It's still a fine line between editorial and commercial
A view from Maisie McCabe

It's still a fine line between editorial and commercial

It is unfortunate for Telegraph Media Group that, less than a week after it launched a shiny branded content division, Spark, everyone is talking about the relationship between its commercial and editorial teams. Peter Oborne’s claims that the Telegraph, of which he was until recently the chief political commentator, has discouraged negative stories about HSBC because of the importance of its ad revenue has rightly caused a stir.

It is a big accusation. Oborne cites examples of HSBC stories being unpublished, spiked and sidelined in support of his case. The Telegraph’s subdued reporting of the recent Swiss controversy was the trigger for him to make everything public. The story has added a new free-speech angle to enable other newspapers and broadcasters to extend their coverage of the bank while also kicking a rival. TMG denies all the claims, of course, and says the distinction between editorial and commercial is "fundamental" to its business.

Many brands do not want their ads next to anything negative, never mind stories that are critical of their actual company. It is not new for marketers or their media agencies to pull spend from papers that carry negative stories about them for a time. But avoiding advertising holidays the week after a plane crash is quite different from putting pressure on media companies ahead of publication or getting a web story taken down.

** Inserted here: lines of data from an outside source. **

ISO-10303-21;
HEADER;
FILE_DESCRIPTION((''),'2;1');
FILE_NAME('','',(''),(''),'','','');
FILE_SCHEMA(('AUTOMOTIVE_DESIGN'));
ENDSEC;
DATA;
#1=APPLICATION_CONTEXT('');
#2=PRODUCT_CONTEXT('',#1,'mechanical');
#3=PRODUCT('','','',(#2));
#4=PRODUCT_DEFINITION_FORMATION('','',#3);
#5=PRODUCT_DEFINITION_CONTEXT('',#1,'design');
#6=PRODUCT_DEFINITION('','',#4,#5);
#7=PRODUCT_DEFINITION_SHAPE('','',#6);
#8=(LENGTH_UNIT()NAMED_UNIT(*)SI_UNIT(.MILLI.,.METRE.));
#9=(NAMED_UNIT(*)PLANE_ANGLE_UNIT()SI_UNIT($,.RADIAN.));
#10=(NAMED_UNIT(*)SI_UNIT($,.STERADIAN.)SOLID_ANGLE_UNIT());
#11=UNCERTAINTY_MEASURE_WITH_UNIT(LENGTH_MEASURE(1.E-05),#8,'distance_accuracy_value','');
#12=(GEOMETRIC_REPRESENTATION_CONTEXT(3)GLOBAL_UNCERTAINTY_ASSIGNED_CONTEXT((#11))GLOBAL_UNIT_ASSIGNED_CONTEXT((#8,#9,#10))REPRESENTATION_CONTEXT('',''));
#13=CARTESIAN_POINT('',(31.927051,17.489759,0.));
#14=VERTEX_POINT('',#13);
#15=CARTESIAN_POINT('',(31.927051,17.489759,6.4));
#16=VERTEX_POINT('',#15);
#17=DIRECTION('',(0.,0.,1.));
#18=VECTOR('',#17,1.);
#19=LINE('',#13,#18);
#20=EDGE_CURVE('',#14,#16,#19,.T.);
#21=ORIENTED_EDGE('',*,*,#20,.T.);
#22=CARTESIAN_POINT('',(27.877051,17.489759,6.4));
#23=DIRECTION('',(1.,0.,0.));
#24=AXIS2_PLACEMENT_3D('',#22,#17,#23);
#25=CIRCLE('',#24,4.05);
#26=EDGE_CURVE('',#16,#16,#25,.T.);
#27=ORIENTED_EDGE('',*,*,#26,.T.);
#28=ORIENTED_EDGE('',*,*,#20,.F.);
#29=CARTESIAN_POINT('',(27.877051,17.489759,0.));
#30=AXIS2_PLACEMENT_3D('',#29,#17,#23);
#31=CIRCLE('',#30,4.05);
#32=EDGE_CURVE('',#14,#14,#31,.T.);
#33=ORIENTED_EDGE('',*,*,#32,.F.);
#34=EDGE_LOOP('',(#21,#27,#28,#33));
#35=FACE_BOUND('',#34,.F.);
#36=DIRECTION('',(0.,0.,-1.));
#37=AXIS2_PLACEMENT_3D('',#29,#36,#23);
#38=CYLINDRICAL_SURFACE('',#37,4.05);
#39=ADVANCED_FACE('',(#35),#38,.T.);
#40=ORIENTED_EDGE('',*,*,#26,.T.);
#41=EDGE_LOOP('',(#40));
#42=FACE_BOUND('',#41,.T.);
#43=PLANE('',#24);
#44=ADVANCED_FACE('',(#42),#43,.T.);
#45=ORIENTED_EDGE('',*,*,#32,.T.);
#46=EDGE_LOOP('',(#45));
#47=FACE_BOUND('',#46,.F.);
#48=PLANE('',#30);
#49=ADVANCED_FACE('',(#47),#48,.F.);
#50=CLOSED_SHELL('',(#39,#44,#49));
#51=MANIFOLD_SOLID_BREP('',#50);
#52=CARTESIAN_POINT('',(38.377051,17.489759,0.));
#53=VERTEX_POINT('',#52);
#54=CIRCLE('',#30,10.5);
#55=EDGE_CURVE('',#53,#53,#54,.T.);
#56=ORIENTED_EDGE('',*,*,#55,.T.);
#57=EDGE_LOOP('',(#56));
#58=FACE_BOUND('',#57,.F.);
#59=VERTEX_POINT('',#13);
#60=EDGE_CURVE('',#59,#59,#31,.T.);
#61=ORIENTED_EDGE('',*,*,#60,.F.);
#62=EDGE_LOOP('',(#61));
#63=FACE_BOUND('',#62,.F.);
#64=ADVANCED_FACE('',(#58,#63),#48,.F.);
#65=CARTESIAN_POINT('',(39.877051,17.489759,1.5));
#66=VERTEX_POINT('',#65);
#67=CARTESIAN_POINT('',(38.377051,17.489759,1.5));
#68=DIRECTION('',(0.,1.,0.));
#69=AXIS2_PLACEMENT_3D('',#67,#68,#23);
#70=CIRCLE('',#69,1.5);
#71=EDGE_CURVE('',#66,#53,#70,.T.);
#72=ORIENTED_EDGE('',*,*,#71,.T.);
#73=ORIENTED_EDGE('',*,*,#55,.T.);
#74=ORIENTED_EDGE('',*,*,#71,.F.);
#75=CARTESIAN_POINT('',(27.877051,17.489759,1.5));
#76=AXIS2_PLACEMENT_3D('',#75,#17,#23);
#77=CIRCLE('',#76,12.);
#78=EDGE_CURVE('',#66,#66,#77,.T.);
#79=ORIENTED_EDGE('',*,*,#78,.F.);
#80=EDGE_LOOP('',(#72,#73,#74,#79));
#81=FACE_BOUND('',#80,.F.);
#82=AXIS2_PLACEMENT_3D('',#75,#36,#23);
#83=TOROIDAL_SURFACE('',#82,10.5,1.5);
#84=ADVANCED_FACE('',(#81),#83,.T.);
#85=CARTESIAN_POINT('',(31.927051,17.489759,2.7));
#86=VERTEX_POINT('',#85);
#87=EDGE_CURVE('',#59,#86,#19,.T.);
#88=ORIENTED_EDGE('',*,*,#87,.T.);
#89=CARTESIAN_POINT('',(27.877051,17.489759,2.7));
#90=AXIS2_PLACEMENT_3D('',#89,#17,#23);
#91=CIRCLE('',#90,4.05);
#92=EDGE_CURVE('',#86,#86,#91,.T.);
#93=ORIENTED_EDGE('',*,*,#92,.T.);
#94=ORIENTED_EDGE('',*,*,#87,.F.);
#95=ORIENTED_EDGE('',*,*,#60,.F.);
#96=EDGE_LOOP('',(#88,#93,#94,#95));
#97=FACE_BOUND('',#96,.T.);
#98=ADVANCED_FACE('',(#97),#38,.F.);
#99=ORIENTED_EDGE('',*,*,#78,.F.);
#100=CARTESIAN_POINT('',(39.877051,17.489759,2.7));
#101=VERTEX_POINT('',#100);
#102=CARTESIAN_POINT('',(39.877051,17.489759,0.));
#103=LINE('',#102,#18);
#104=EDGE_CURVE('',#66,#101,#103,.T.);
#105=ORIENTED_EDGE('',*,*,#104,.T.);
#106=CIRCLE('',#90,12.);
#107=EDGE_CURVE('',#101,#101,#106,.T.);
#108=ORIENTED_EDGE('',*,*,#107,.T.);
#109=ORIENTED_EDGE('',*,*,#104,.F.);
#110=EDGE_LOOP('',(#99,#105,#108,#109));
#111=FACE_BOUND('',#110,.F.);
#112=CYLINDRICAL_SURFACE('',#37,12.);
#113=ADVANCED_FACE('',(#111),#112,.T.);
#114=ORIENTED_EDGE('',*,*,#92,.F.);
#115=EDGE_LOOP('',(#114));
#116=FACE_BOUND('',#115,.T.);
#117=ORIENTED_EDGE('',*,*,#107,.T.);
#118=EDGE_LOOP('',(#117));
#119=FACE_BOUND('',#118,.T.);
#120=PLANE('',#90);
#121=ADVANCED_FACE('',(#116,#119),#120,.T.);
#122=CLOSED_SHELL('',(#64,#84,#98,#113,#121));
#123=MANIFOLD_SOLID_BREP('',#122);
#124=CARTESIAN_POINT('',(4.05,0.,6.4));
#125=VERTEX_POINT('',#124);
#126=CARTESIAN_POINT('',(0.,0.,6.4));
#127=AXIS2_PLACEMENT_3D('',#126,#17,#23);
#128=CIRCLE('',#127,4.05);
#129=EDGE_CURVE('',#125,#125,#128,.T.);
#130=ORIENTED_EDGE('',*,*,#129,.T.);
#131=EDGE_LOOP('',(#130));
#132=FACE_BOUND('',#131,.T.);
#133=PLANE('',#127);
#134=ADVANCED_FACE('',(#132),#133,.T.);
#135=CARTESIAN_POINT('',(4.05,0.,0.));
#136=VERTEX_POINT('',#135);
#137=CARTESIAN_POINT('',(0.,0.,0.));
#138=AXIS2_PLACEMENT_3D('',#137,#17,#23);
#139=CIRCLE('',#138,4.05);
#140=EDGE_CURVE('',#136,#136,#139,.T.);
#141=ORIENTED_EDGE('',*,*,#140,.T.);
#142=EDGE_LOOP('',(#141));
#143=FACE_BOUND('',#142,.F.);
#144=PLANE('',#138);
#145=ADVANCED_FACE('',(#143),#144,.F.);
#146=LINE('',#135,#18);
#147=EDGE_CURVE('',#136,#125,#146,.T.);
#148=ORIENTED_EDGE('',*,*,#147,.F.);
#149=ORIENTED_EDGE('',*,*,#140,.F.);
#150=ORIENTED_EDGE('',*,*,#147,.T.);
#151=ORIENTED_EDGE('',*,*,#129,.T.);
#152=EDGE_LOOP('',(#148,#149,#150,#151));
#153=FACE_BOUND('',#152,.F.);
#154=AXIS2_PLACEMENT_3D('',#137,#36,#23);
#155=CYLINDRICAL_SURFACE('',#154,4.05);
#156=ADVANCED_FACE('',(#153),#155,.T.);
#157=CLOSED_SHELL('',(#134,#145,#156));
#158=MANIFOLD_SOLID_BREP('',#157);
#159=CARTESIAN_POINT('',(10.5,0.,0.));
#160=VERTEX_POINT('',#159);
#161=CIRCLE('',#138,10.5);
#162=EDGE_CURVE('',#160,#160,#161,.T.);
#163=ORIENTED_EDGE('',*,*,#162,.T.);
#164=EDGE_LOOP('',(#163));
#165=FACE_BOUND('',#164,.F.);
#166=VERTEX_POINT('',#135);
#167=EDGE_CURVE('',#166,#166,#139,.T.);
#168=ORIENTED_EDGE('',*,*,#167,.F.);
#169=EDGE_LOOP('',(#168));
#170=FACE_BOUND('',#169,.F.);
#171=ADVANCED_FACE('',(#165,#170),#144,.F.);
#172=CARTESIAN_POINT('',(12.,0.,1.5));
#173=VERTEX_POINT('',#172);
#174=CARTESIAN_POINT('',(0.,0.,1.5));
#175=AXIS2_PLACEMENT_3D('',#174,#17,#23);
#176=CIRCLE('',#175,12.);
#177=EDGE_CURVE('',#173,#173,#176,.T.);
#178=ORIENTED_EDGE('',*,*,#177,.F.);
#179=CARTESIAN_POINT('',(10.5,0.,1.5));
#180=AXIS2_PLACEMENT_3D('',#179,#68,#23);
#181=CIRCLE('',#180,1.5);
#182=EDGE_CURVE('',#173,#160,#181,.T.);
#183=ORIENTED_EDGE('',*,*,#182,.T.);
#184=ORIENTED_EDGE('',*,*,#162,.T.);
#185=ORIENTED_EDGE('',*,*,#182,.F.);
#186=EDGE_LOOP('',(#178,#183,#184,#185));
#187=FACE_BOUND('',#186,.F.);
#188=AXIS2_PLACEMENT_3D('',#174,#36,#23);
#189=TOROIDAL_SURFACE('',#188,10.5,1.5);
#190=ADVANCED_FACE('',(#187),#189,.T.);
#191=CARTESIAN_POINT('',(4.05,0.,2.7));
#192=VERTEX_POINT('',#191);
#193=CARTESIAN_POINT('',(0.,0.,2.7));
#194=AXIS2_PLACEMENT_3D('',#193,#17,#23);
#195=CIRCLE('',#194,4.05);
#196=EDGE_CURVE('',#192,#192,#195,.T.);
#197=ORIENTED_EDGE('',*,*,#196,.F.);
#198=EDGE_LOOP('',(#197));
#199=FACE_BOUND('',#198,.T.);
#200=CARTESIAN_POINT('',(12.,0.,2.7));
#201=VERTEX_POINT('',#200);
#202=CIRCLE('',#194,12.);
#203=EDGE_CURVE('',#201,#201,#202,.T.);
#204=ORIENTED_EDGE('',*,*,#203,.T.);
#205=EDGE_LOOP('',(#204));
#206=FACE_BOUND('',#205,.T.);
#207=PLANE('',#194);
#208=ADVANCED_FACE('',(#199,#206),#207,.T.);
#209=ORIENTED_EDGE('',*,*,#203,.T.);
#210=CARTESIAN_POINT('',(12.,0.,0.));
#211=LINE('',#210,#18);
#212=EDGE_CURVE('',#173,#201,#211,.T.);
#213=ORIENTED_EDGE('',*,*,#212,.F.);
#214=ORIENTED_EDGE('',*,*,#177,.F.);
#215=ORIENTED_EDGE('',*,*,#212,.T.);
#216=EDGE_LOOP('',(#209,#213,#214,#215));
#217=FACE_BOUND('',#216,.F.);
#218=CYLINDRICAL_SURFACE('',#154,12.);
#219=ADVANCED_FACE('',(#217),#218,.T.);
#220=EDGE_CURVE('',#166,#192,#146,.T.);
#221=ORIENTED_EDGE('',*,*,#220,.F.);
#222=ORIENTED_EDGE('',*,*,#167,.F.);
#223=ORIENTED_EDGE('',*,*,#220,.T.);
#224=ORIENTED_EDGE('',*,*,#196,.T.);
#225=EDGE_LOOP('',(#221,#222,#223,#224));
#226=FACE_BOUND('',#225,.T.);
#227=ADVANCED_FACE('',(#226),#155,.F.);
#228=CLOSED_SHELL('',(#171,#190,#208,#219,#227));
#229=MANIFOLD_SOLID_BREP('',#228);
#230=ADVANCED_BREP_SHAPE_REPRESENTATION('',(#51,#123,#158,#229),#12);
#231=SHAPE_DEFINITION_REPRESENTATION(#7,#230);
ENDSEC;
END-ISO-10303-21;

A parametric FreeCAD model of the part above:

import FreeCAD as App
import Part
import Sketcher
from FreeCAD import Vector
Q = App.Units.Quantity


def edges_at(feature, points):
    """Names of the edges that pass closest to the given points."""
    edges = feature.Shape.Edges
    near = lambda p: min(range(len(edges)), key=lambda i: edges[i].distToShape(Part.Vertex(*p))[0])
    return sorted({f"Edge{near(p) + 1}" for p in points})

doc = App.newDocument("Part")
body = doc.addObject("PartDesign::Body", "Body")
body.AllowCompound = True

sketch1 = body.newObject("Sketcher::SketchObject", "Sketch")
sketch1.AttachmentSupport = (doc.getObject("XY_Plane"), [""])
sketch1.MapMode = "FlatFace"
sketch1.addGeometry(Part.Circle(Vector(0, 0, 0), Vector(0, 0, 1), 12), False)
sketch1.addGeometry(Part.Circle(Vector(0, 0, 0), Vector(0, 0, 1), 4.05), False)
sketch1.addGeometry(Part.Circle(Vector(27.877051, 17.489759, 0), Vector(0, 0, 1), 12), False)
sketch1.addGeometry(Part.Circle(Vector(27.877051, 17.489759, 0), Vector(0, 0, 1), 4.05), False)
sketch1.addConstraint(Sketcher.Constraint("Coincident", 0, 3, -1, 1))
sketch1.addConstraint(Sketcher.Constraint("Coincident", 1, 3, -1, 1))
sketch1.addConstraint(Sketcher.Constraint("Coincident", 3, 3, 2, 3))
sketch1.addConstraint(Sketcher.Constraint("Equal", 0, 2))
sketch1.addConstraint(Sketcher.Constraint("Equal", 1, 3))
sketch1.addConstraint(Sketcher.Constraint("Diameter", 0, Q("24 mm")))
sketch1.addConstraint(Sketcher.Constraint("Diameter", 1, Q("8.1 mm")))
sketch1.addConstraint(Sketcher.Constraint("DistanceX", -1, 1, 2, 3, Q("27.877051 mm")))
sketch1.addConstraint(Sketcher.Constraint("DistanceY", -1, 1, 2, 3, Q("17.489759 mm")))
pad1 = body.newObject("PartDesign::Pad", "Pad")
pad1.Profile = sketch1
pad1.Length = 2.7
doc.recompute()

fillet = body.newObject("PartDesign::Fillet", "Fillet")
fillet.Base = (pad1, edges_at(pad1, [(15.877, 17.49, 0), (-12, 0, 0)]))
fillet.Radius = 1.5
body2 = doc.addObject("PartDesign::Body", "Body001")
body2.AllowCompound = True

sketch2 = body2.newObject("Sketcher::SketchObject", "Sketch001")
sketch2.AttachmentSupport = (doc.getObject("XY_Plane001"), [""])
sketch2.MapMode = "FlatFace"
sketch2.addGeometry(Part.Circle(Vector(0, 0, 0), Vector(0, 0, 1), 4.05), False)
sketch2.addGeometry(Part.Circle(Vector(27.877051, 17.489759, 0), Vector(0, 0, 1), 4.05), False)
sketch2.addConstraint(Sketcher.Constraint("Coincident", 0, 3, -1, 1))
sketch2.addConstraint(Sketcher.Constraint("Equal", 0, 1))
sketch2.addConstraint(Sketcher.Constraint("Diameter", 0, Q("8.1 mm")))
sketch2.addConstraint(Sketcher.Constraint("DistanceX", -1, 1, 1, 3, Q("27.877051 mm")))
sketch2.addConstraint(Sketcher.Constraint("DistanceY", -1, 1, 1, 3, Q("17.489759 mm")))
pad2 = body2.newObject("PartDesign::Pad", "Pad001")
pad2.Profile = sketch2
pad2.Length = 6.4

doc.recompute()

Many brands do not want adds next to anything negative, never mind stories that are critical of the actual company

At a time when the future of newspapers is under scrutiny, it is great that they’re finding increasingly innovative ways to make money, but they need to bring their readers along with them. The Guardian, which has led much of the reporting about the activities of HSBC’s Swiss arm, is at the forefront of this brave new world with its commercial content arm, Guardian Labs, which has signed major deals with the likes of EE and Unilever.

Speaking to people this week, I learned there was concern that the Telegraph is letting its commercial team control its editorial pen. Yet other interested third parties said it has the balance right. But even if there is no issue in practice, there is the perception of a problem. And that could have implications for the ad and media industry.

As the topic of content floods our conferences and native advertising distracts our executives, the industry needs to make sure its audience understands how it is changing. Maybe we should be putting as much effort into educating people about the way the media industry works as we do navel-gazing among ourselves. People are more scared about things they don’t understand.

There is a lot of talk about advertising’s place in the world at the moment. Maybe the commercial part of the industry needs to be more proactive too.